* Work instructions *
Please restate verbatim the lines that open the listing below, ending with the line in which "v 60.192 38.142 0" occurs.

* Dataset records *
::::::::::
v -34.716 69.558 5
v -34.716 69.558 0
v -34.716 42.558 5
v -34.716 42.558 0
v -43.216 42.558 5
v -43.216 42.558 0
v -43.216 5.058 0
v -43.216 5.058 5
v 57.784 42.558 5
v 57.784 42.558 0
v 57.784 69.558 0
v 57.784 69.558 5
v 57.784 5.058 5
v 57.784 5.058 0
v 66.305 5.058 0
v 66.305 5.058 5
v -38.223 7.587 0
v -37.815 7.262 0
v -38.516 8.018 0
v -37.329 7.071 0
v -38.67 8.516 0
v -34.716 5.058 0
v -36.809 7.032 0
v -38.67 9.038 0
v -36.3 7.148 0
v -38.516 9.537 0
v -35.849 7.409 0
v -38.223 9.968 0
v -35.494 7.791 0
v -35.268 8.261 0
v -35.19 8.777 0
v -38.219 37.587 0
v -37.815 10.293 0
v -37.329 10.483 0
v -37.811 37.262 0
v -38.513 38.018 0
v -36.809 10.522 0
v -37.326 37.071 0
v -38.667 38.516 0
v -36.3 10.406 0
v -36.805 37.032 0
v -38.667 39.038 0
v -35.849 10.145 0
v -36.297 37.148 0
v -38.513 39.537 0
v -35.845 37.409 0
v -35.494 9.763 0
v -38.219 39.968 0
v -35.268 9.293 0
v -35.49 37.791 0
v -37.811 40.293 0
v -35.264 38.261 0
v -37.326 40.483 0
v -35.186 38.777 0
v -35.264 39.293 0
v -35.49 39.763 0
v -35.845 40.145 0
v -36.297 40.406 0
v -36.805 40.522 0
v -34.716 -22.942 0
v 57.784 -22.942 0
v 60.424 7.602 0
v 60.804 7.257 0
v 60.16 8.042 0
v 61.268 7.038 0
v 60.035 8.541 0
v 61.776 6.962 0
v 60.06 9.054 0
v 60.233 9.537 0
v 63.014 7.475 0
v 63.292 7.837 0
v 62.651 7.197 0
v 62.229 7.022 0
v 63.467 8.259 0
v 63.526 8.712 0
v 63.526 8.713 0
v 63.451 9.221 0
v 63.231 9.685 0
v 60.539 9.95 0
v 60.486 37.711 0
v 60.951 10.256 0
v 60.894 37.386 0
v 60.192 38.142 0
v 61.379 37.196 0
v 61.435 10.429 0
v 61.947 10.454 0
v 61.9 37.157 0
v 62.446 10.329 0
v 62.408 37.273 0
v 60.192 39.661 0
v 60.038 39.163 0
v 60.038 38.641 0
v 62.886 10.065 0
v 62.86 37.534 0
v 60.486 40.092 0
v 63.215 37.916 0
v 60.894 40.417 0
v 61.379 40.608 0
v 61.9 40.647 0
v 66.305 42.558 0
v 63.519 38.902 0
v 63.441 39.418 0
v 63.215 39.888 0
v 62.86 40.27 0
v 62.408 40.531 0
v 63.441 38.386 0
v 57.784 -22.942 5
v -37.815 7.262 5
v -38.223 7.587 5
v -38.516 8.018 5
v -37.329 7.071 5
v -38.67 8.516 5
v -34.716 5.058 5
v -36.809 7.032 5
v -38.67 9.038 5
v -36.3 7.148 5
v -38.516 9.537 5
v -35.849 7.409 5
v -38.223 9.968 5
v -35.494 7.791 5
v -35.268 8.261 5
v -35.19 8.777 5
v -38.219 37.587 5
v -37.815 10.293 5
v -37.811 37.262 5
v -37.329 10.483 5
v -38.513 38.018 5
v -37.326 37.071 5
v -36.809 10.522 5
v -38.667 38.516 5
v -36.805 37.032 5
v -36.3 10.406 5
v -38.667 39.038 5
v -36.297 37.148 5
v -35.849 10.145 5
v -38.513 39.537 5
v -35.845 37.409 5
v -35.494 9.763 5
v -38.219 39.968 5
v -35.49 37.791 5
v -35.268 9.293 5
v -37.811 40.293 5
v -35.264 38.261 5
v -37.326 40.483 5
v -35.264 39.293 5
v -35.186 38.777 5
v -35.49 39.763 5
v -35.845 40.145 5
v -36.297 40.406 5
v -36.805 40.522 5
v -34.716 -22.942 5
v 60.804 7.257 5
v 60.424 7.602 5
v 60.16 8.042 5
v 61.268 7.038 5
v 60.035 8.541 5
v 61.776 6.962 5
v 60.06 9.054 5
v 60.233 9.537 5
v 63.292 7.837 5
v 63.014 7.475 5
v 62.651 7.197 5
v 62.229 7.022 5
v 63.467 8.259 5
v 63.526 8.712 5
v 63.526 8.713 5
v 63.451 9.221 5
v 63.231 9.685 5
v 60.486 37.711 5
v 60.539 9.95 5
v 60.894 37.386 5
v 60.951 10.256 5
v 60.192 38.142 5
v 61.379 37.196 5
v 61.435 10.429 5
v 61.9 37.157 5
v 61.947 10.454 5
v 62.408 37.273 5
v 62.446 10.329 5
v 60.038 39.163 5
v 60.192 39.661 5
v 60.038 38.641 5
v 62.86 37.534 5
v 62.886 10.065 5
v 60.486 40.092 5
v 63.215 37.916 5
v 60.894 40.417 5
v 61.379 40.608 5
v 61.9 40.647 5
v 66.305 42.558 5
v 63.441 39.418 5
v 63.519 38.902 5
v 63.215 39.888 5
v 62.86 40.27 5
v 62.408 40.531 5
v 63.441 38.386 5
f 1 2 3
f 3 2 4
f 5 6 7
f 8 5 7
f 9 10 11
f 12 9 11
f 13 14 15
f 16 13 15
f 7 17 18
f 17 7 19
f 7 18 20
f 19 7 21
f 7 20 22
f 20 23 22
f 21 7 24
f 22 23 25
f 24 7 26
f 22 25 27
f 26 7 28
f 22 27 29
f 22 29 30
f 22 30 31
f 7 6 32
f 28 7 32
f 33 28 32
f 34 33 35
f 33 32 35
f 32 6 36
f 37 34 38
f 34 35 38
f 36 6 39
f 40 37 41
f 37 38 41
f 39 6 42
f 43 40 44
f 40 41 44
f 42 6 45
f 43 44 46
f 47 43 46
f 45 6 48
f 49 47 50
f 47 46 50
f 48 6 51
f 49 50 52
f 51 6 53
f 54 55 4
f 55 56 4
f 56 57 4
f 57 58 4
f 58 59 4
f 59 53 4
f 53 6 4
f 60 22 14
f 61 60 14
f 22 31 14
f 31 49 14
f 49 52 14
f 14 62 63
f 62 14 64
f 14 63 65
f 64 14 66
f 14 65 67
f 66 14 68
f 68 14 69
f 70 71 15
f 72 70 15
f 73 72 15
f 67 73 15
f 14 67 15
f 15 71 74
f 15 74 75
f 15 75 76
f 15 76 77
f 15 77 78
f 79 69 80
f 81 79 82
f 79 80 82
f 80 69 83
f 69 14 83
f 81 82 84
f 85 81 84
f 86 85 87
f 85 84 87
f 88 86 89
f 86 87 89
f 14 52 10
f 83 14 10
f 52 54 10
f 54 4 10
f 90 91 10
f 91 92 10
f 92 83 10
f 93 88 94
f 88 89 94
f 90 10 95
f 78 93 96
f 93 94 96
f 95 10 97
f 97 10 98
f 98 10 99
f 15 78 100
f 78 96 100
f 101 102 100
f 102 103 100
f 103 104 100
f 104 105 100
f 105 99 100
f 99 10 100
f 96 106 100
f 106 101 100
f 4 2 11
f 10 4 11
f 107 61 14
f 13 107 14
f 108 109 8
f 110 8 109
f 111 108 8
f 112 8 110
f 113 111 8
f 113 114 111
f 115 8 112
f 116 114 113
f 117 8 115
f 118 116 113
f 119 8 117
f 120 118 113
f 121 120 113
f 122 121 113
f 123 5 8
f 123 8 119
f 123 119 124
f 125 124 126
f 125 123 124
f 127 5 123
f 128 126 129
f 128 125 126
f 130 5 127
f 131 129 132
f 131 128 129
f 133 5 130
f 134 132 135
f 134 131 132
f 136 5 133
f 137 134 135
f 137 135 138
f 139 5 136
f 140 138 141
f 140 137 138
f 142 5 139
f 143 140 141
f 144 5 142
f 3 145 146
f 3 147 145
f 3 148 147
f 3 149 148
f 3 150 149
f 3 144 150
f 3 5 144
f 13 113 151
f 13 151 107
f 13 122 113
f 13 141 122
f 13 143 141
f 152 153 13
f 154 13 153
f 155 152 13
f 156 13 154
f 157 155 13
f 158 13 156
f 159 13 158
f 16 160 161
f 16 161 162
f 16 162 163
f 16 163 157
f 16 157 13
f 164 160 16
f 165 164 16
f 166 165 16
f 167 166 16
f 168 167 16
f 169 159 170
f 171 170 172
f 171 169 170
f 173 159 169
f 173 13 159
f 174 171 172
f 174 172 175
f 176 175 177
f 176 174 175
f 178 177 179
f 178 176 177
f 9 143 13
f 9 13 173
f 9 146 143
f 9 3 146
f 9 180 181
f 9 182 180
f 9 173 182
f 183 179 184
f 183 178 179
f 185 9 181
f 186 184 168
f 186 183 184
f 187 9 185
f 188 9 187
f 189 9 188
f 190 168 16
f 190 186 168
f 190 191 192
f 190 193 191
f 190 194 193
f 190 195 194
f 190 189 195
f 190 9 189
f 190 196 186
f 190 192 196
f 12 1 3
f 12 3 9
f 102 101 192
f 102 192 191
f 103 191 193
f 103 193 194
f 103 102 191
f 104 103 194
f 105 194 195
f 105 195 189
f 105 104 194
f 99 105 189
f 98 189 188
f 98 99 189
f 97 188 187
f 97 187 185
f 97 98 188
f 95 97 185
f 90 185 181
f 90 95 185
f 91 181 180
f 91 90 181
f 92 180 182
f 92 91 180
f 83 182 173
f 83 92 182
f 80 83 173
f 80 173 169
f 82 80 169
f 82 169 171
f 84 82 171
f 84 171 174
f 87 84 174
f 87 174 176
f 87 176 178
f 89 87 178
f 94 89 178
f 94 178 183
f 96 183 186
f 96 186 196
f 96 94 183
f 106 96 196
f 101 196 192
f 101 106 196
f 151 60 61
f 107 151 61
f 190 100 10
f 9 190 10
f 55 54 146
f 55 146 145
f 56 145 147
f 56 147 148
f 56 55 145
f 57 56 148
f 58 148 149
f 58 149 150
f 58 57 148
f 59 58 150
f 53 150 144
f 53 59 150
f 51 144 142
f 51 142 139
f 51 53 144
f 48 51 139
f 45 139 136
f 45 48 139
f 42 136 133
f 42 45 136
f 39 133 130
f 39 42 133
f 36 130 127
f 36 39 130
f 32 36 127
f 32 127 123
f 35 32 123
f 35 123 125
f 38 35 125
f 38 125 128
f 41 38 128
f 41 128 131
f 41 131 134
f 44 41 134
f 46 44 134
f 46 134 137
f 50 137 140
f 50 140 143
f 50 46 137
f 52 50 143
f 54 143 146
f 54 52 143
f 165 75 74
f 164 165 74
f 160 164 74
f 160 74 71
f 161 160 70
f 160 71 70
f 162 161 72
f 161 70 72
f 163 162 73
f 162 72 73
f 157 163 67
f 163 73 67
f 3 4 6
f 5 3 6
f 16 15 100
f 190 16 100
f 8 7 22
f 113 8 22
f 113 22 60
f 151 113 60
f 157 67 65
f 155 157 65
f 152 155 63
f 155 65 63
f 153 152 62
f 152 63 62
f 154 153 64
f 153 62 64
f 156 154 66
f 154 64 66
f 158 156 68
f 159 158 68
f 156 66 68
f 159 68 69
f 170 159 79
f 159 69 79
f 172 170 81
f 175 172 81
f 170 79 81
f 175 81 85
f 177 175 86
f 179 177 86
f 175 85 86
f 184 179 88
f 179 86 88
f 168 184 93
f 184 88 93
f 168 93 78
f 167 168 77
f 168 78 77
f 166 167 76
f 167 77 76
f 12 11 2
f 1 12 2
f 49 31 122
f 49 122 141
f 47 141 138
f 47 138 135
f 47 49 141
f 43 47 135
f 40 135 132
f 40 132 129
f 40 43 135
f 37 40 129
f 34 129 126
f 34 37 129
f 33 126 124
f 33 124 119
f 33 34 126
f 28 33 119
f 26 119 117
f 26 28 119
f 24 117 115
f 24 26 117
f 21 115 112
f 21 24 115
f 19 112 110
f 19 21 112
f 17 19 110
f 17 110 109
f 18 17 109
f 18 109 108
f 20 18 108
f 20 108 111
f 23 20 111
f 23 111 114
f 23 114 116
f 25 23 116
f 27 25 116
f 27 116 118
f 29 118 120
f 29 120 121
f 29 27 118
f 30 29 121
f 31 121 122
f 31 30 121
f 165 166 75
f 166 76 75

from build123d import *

# Parameters (mm, degrees)
F0_R     = 1.75
F1_DEPTH = 5


with BuildPart() as f1:
    # F0 (on Top) → F1 (new body)
    with BuildSketch(Plane.XY):
        with BuildLine():
            Line((57.7837471709, 69.5580622628), (-34.7162528291, 69.5580622628))
            Line((-34.7162528291, 69.5580622628), (-34.7162528291, 42.5580622628))
            Line((-34.7162528291, 42.5580622628), (-43.2162528291, 42.5580622628))
            Line((-43.2162528291, 42.5580622628), (-43.2162528291, 5.0580622628))
            Line((-43.2162528291, 5.0580622628), (-34.7162528291, 5.0580622628))
            Line((-34.7162528291, 5.0580622628), (-34.7162528291, -22.9419377372))
            Line((-34.7162528291, -22.9419377372), (57.7837471709, -22.9419377372))
            Line((57.7837471709, -22.9419377372), (57.7837471709, 5.0580622628))
            Line((57.7837471709, 5.0580622628), (61.776727438, 5.0580622628))
            Line((61.776727438, 5.0580622628), (61.7764500569, 6.9623562581))
            ThreePointArc((61.7764500569, 6.9623562581), (60.5385780505, 9.9496128474), (63.5261951319, 8.712611146))
            Line((63.5261951319, 8.712611146), (66.3054800854, 8.713015979))
            Line((66.3054800854, 8.713015979), (66.3054800854, 42.5580622628))
            Line((66.3054800854, 42.5580622628), (57.7837471709, 42.5580622628))
            Line((57.7837471709, 42.5580622628), (57.7837471709, 69.5580622628))
        make_face()
        with Locations((-36.9397651508, 8.7772880495)):
            Circle(F0_R, mode=Mode.SUBTRACT)
        with Locations((-36.9361157864, 38.7772880495)):
            Circle(F0_R, mode=Mode.SUBTRACT)
        with Locations((61.7687867672, 38.9017461427)):
            Circle(F0_R, mode=Mode.SUBTRACT)
        with BuildLine():
            Line((66.3054800854, 5.0580622628), (66.3054800854, 8.713015979))
            Line((66.3054800854, 8.713015979), (63.5261951319, 8.712611146))
            ThreePointArc((63.5261951319, 8.712611146), (63.5261951458, 8.7124836928), (63.5261951505, 8.7123562396))
            ThreePointArc((63.5261951505, 8.7123562396), (63.0137221373, 7.4750094988), (61.7764500569, 6.9623562581))
            Line((61.7764500569, 6.9623562581), (61.776727438, 5.0580622628))
            Line((61.776727438, 5.0580622628), (66.3054800854, 5.0580622628))
        make_face()
    extrude(amount=F1_DEPTH)


solid = f1.part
::::::::::
* Output of the exercise *
v -34.716 69.558 5
v -34.716 69.558 0
v -34.716 42.558 5
v -34.716 42.558 0
v -43.216 42.558 5
v -43.216 42.558 0
v -43.216 5.058 0
v -43.216 5.058 5
v 57.784 42.558 5
v 57.784 42.558 0
v 57.784 69.558 0
v 57.784 69.558 5
v 57.784 5.058 5
v 57.784 5.058 0
v 66.305 5.058 0
v 66.305 5.058 5
v -38.223 7.587 0
v -37.815 7.262 0
v -38.516 8.018 0
v -37.329 7.071 0
v -38.67 8.516 0
v -34.716 5.058 0
v -36.809 7.032 0
v -38.67 9.038 0
v -36.3 7.148 0
v -38.516 9.537 0
v -35.849 7.409 0
v -38.223 9.968 0
v -35.494 7.791 0
v -35.268 8.261 0
v -35.19 8.777 0
v -38.219 37.587 0
v -37.815 10.293 0
v -37.329 10.483 0
v -37.811 37.262 0
v -38.513 38.018 0
v -36.809 10.522 0
v -37.326 37.071 0
v -38.667 38.516 0
v -36.3 10.406 0
v -36.805 37.032 0
v -38.667 39.038 0
v -35.849 10.145 0
v -36.297 37.148 0
v -38.513 39.537 0
v -35.845 37.409 0
v -35.494 9.763 0
v -38.219 39.968 0
v -35.268 9.293 0
v -35.49 37.791 0
v -37.811 40.293 0
v -35.264 38.261 0
v -37.326 40.483 0
v -35.186 38.777 0
v -35.264 39.293 0
v -35.49 39.763 0
v -35.845 40.145 0
v -36.297 40.406 0
v -36.805 40.522 0
v -34.716 -22.942 0
v 57.784 -22.942 0
v 60.424 7.602 0
v 60.804 7.257 0
v 60.16 8.042 0
v 61.268 7.038 0
v 60.035 8.541 0
v 61.776 6.962 0
v 60.06 9.054 0
v 60.233 9.537 0
v 63.014 7.475 0
v 63.292 7.837 0
v 62.651 7.197 0
v 62.229 7.022 0
v 63.467 8.259 0
v 63.526 8.712 0
v 63.526 8.713 0
v 63.451 9.221 0
v 63.231 9.685 0
v 60.539 9.95 0
v 60.486 37.711 0
v 60.951 10.256 0
v 60.894 37.386 0
v 60.192 38.142 0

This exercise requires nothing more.